* **Assignment**: Only the lines below between the ones containing "#212=ORIENTED_EDGE('',*,*,#200,.T.);" and "#35=EDGE_CURVE('',#14,#30,#34,.T.);", inclusive, are to be reproduced, each exactly as it stands.

* **Data to process**:
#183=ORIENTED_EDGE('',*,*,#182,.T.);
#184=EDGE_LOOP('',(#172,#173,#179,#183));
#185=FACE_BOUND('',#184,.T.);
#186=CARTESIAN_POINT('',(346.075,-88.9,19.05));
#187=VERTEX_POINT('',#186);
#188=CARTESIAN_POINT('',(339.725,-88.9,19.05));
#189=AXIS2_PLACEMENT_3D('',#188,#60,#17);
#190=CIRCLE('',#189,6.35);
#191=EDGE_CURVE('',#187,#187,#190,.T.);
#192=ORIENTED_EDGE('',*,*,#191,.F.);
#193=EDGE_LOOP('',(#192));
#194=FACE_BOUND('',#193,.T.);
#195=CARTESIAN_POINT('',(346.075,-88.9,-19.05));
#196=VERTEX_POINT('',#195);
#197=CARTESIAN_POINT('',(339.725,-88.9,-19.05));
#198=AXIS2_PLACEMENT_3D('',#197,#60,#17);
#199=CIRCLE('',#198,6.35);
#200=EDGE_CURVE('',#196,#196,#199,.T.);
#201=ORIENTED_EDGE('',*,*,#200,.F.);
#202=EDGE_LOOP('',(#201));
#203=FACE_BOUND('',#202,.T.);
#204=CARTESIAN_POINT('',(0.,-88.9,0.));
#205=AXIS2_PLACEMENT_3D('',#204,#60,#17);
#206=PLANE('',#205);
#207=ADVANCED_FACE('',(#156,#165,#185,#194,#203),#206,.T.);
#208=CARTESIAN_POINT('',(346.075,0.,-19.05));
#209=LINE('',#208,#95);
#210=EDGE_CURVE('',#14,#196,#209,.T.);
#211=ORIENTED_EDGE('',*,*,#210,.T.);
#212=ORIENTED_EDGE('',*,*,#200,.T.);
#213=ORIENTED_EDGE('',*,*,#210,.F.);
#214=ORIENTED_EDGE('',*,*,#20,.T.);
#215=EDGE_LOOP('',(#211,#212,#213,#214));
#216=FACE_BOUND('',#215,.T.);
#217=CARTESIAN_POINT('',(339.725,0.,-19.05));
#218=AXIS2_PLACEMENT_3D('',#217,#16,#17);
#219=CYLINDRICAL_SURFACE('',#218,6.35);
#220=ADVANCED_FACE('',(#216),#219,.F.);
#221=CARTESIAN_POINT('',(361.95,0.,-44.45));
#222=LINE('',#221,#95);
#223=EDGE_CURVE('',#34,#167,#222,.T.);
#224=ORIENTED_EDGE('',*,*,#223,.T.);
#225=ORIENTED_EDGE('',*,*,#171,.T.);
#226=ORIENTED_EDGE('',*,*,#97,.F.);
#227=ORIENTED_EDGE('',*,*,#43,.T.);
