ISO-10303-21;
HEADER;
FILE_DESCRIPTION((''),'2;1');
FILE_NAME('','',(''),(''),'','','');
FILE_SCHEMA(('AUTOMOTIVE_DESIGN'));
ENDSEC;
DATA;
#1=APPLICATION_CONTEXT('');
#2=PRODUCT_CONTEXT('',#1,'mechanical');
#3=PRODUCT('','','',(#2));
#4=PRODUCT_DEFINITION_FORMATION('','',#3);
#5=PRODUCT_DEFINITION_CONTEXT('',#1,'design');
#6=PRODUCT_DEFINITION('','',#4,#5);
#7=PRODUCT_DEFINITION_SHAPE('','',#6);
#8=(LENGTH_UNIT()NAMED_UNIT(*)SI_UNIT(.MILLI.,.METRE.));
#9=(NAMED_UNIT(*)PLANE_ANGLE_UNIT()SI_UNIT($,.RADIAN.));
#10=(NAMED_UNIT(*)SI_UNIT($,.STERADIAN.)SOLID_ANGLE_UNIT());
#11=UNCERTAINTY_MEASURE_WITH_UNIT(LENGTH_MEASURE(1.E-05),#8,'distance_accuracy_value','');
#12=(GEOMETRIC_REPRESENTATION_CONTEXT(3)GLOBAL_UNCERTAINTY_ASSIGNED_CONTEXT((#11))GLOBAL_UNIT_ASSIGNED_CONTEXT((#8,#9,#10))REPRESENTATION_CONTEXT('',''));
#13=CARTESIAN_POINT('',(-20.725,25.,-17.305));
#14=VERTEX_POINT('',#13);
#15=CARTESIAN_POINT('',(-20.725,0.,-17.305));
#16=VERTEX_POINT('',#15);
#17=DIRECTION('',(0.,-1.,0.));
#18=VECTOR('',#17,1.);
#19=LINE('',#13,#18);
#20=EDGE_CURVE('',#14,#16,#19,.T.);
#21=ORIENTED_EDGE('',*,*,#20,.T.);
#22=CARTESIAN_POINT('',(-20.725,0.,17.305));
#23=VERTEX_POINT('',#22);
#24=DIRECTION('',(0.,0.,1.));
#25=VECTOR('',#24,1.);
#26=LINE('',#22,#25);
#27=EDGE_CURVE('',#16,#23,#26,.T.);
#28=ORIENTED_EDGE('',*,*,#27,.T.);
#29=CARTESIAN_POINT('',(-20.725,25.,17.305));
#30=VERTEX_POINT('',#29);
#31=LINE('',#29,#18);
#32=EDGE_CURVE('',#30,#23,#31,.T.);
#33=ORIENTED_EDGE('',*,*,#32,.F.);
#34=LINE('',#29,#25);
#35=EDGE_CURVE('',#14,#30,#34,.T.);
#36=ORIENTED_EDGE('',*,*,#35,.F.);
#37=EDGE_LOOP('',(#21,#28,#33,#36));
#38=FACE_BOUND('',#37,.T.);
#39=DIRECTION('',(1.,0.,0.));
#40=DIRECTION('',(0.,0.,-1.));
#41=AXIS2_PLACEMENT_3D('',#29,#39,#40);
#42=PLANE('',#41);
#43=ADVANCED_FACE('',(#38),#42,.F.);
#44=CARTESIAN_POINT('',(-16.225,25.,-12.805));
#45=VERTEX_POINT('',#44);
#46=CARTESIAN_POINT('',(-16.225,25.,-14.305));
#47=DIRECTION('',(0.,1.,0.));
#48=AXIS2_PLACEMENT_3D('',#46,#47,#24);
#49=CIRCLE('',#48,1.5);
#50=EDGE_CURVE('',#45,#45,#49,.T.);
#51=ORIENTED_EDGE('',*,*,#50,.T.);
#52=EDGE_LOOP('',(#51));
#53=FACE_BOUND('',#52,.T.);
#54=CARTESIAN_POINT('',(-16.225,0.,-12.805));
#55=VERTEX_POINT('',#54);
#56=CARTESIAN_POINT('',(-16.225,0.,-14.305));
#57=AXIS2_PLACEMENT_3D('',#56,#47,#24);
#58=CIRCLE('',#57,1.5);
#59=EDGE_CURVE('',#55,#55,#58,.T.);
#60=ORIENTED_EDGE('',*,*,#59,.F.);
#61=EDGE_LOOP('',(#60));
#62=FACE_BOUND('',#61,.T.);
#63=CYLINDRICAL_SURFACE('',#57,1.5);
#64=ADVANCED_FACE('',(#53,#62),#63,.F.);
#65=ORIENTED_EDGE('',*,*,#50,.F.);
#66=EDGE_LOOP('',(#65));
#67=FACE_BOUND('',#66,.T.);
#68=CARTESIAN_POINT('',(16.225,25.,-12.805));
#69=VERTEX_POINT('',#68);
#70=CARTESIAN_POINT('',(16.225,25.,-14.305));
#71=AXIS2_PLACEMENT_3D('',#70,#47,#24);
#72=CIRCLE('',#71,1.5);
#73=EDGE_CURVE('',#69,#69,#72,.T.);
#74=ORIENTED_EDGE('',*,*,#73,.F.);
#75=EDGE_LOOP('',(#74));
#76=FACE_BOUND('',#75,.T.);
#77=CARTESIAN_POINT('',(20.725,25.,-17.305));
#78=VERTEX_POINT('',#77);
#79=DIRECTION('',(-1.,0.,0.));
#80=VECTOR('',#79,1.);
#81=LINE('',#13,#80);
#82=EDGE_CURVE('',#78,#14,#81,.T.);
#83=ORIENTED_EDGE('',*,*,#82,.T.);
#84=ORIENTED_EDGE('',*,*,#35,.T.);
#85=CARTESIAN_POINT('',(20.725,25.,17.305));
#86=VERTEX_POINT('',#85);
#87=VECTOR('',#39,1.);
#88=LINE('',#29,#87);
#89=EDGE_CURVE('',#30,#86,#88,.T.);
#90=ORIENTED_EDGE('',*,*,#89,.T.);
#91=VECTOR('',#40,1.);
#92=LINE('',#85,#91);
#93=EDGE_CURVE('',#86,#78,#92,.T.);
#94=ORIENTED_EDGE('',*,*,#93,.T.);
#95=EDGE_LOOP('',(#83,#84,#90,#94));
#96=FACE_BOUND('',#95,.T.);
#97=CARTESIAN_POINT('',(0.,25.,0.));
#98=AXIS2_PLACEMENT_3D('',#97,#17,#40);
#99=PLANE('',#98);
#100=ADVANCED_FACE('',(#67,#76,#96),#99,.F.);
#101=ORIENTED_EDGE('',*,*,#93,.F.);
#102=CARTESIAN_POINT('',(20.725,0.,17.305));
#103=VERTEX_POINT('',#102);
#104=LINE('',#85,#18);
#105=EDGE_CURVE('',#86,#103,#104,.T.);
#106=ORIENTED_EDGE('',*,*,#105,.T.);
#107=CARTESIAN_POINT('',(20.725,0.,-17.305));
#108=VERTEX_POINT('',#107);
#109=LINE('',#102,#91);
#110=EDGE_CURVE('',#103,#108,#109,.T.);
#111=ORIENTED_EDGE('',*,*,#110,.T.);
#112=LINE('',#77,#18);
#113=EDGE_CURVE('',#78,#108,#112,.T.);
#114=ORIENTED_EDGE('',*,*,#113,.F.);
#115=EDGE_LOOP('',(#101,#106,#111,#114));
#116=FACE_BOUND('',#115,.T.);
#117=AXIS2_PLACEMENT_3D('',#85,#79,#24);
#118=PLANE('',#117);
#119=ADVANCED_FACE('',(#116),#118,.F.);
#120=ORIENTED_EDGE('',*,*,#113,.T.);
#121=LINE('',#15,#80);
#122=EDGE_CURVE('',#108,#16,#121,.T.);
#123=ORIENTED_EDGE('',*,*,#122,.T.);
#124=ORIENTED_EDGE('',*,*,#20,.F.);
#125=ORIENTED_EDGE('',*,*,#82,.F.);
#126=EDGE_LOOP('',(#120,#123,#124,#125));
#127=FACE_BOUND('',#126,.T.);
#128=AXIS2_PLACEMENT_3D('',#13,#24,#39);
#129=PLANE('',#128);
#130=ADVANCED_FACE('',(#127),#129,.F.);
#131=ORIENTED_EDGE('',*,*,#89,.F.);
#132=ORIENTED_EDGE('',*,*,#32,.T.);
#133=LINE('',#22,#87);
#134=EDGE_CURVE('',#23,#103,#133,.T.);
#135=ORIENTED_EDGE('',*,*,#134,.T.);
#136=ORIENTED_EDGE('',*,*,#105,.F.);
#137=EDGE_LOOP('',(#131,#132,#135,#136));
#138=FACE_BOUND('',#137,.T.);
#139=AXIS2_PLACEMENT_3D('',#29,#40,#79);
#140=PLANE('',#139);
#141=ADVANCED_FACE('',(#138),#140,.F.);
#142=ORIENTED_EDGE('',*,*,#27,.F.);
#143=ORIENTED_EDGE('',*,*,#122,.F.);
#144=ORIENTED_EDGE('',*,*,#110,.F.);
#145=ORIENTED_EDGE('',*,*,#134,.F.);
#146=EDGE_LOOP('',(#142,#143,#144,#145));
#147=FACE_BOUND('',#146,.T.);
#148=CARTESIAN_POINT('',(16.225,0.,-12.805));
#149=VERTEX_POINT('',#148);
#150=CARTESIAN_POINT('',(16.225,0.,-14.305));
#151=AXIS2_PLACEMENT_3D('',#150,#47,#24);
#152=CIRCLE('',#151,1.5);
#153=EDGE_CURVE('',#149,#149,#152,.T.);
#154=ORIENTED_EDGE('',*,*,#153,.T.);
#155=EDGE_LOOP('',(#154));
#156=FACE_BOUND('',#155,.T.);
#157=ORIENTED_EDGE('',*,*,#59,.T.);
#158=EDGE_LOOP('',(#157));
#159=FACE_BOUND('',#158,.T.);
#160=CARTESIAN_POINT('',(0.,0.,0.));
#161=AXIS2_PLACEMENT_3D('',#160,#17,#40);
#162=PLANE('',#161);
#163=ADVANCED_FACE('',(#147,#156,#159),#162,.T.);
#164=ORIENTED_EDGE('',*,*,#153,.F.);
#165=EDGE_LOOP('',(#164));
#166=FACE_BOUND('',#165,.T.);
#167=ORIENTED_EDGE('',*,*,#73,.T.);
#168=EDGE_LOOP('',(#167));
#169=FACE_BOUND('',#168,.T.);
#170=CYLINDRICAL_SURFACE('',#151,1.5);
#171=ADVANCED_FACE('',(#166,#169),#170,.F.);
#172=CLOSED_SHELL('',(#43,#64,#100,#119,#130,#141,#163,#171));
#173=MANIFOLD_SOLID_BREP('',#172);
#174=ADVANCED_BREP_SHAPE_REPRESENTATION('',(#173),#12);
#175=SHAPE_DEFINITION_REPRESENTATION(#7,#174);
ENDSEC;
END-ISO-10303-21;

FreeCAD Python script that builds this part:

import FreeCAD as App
import Part
import Sketcher
Q = App.Units.Quantity


def add_polygon(sketch, points):
    """Adds a closed chain of lines whose ends are joined by coincident constraints."""
    first, n = sketch.GeometryCount, len(points)
    for a, b in zip(points, points[1:] + points[:1]):
        sketch.addGeometry(Part.LineSegment(App.Vector(*a, 0), App.Vector(*b, 0)), False)
    for i in range(n):
        sketch.addConstraint(Sketcher.Constraint("Coincident", first + i, 2, first + (i + 1) % n, 1))

doc = App.newDocument("Part")
body = doc.addObject("PartDesign::Body", "Body")

# Sketch on XZ plane
sketch1 = body.newObject("Sketcher::SketchObject", "Sketch")
sketch1.AttachmentSupport = (doc.getObject("XZ_Plane"), [""])
sketch1.MapMode = "FlatFace"
add_polygon(sketch1, [(-21, -17), (-21, 17), (21, 17), (21, -17)])  # lines 0-3
sketch1.addConstraint(Sketcher.Constraint("Vertical", 0))
sketch1.addConstraint(Sketcher.Constraint("Horizontal", 1))
sketch1.addConstraint(Sketcher.Constraint("Vertical", 2))
sketch1.addConstraint(Sketcher.Constraint("Horizontal", 3))
sketch1.addConstraint(Sketcher.Constraint("Symmetric", 0, 2, 2, 2, -1, 1))
sketch1.addConstraint(Sketcher.Constraint("DistanceX", 1, 1, 1, 2, Q("41.45 mm")))
sketch1.addConstraint(Sketcher.Constraint("DistanceY", 0, 1, 0, 2, Q("34.61 mm")))
pad1 = body.newObject("PartDesign::Pad", "Pad")
pad1.Profile = sketch1
pad1.Length = 25
pad1.Reversed = True

# Sketch on XZ plane
sketch2 = body.newObject("Sketcher::SketchObject", "Sketch001")
sketch2.AttachmentSupport = (doc.getObject("XZ_Plane"), [""])
sketch2.MapMode = "FlatFace"
sketch2.AttachmentOffset = App.Placement(App.Vector(0, 0, -25), App.Rotation())
sketch2.addGeometry(Part.Circle(App.Vector(-16.2, -14.3, 0), App.Vector(0, 0, 1), 1.5), False)
sketch2.addGeometry(Part.Circle(App.Vector(16.2, -14.3, 0), App.Vector(0, 0, 1), 1.5), False)
sketch2.addConstraint(Sketcher.Constraint("Equal", 0, 1))
sketch2.addConstraint(Sketcher.Constraint("Symmetric", 0, 3, 1, 3, -2))
sketch2.addConstraint(Sketcher.Constraint("Diameter", 0, Q("3 mm")))
sketch2.addConstraint(Sketcher.Constraint("DistanceX", 0, 3, 1, 3, Q("32.45 mm")))
sketch2.addConstraint(Sketcher.Constraint("DistanceY", 0, 3, -1, 1, Q("14.305 mm")))
pocket1 = body.newObject("PartDesign::Pocket", "Pocket")
pocket1.Profile = sketch2
pocket1.Length = 25
pocket1.Reversed = True

doc.recompute()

* **Your response**:
#212=ORIENTED_EDGE('',*,*,#200,.T.);
#213=ORIENTED_EDGE('',*,*,#210,.F.);
#214=ORIENTED_EDGE('',*,*,#20,.T.);
#215=EDGE_LOOP('',(#211,#212,#213,#214));
#216=FACE_BOUND('',#215,.T.);
#217=CARTESIAN_POINT('',(339.725,0.,-19.05));
#218=AXIS2_PLACEMENT_3D('',#217,#16,#17);
#219=CYLINDRICAL_SURFACE('',#218,6.35);
#220=ADVANCED_FACE('',(#216),#219,.F.);
#221=CARTESIAN_POINT('',(361.95,0.,-44.45));
#222=LINE('',#221,#95);
#223=EDGE_CURVE('',#34,#167,#222,.T.);
#224=ORIENTED_EDGE('',*,*,#223,.T.);
#225=ORIENTED_EDGE('',*,*,#171,.T.);
#226=ORIENTED_EDGE('',*,*,#97,.F.);
#227=ORIENTED_EDGE('',*,*,#43,.T.);
ISO-10303-21;
HEADER;
FILE_DESCRIPTION((''),'2;1');
FILE_NAME('','',(''),(''),'','','');
FILE_SCHEMA(('AUTOMOTIVE_DESIGN'));
ENDSEC;
DATA;
#1=APPLICATION_CONTEXT('');
#2=PRODUCT_CONTEXT('',#1,'mechanical');
#3=PRODUCT('','','',(#2));
#4=PRODUCT_DEFINITION_FORMATION('','',#3);
#5=PRODUCT_DEFINITION_CONTEXT('',#1,'design');
#6=PRODUCT_DEFINITION('','',#4,#5);
#7=PRODUCT_DEFINITION_SHAPE('','',#6);
#8=(LENGTH_UNIT()NAMED_UNIT(*)SI_UNIT(.MILLI.,.METRE.));
#9=(NAMED_UNIT(*)PLANE_ANGLE_UNIT()SI_UNIT($,.RADIAN.));
#10=(NAMED_UNIT(*)SI_UNIT($,.STERADIAN.)SOLID_ANGLE_UNIT());
#11=UNCERTAINTY_MEASURE_WITH_UNIT(LENGTH_MEASURE(1.E-05),#8,'distance_accuracy_value','');
#12=(GEOMETRIC_REPRESENTATION_CONTEXT(3)GLOBAL_UNCERTAINTY_ASSIGNED_CONTEXT((#11))GLOBAL_UNIT_ASSIGNED_CONTEXT((#8,#9,#10))REPRESENTATION_CONTEXT('',''));
#13=CARTESIAN_POINT('',(-20.725,25.,-17.305));
#14=VERTEX_POINT('',#13);
#15=CARTESIAN_POINT('',(-20.725,0.,-17.305));
#16=VERTEX_POINT('',#15);
#17=DIRECTION('',(0.,-1.,0.));
#18=VECTOR('',#17,1.);
#19=LINE('',#13,#18);
#20=EDGE_CURVE('',#14,#16,#19,.T.);
#21=ORIENTED_EDGE('',*,*,#20,.T.);
#22=CARTESIAN_POINT('',(-20.725,0.,17.305));
#23=VERTEX_POINT('',#22);
#24=DIRECTION('',(0.,0.,1.));
#25=VECTOR('',#24,1.);
#26=LINE('',#22,#25);
#27=EDGE_CURVE('',#16,#23,#26,.T.);
#28=ORIENTED_EDGE('',*,*,#27,.T.);
#29=CARTESIAN_POINT('',(-20.725,25.,17.305));
#30=VERTEX_POINT('',#29);
#31=LINE('',#29,#18);
#32=EDGE_CURVE('',#30,#23,#31,.T.);
#33=ORIENTED_EDGE('',*,*,#32,.F.);
#34=LINE('',#29,#25);
#35=EDGE_CURVE('',#14,#30,#34,.T.);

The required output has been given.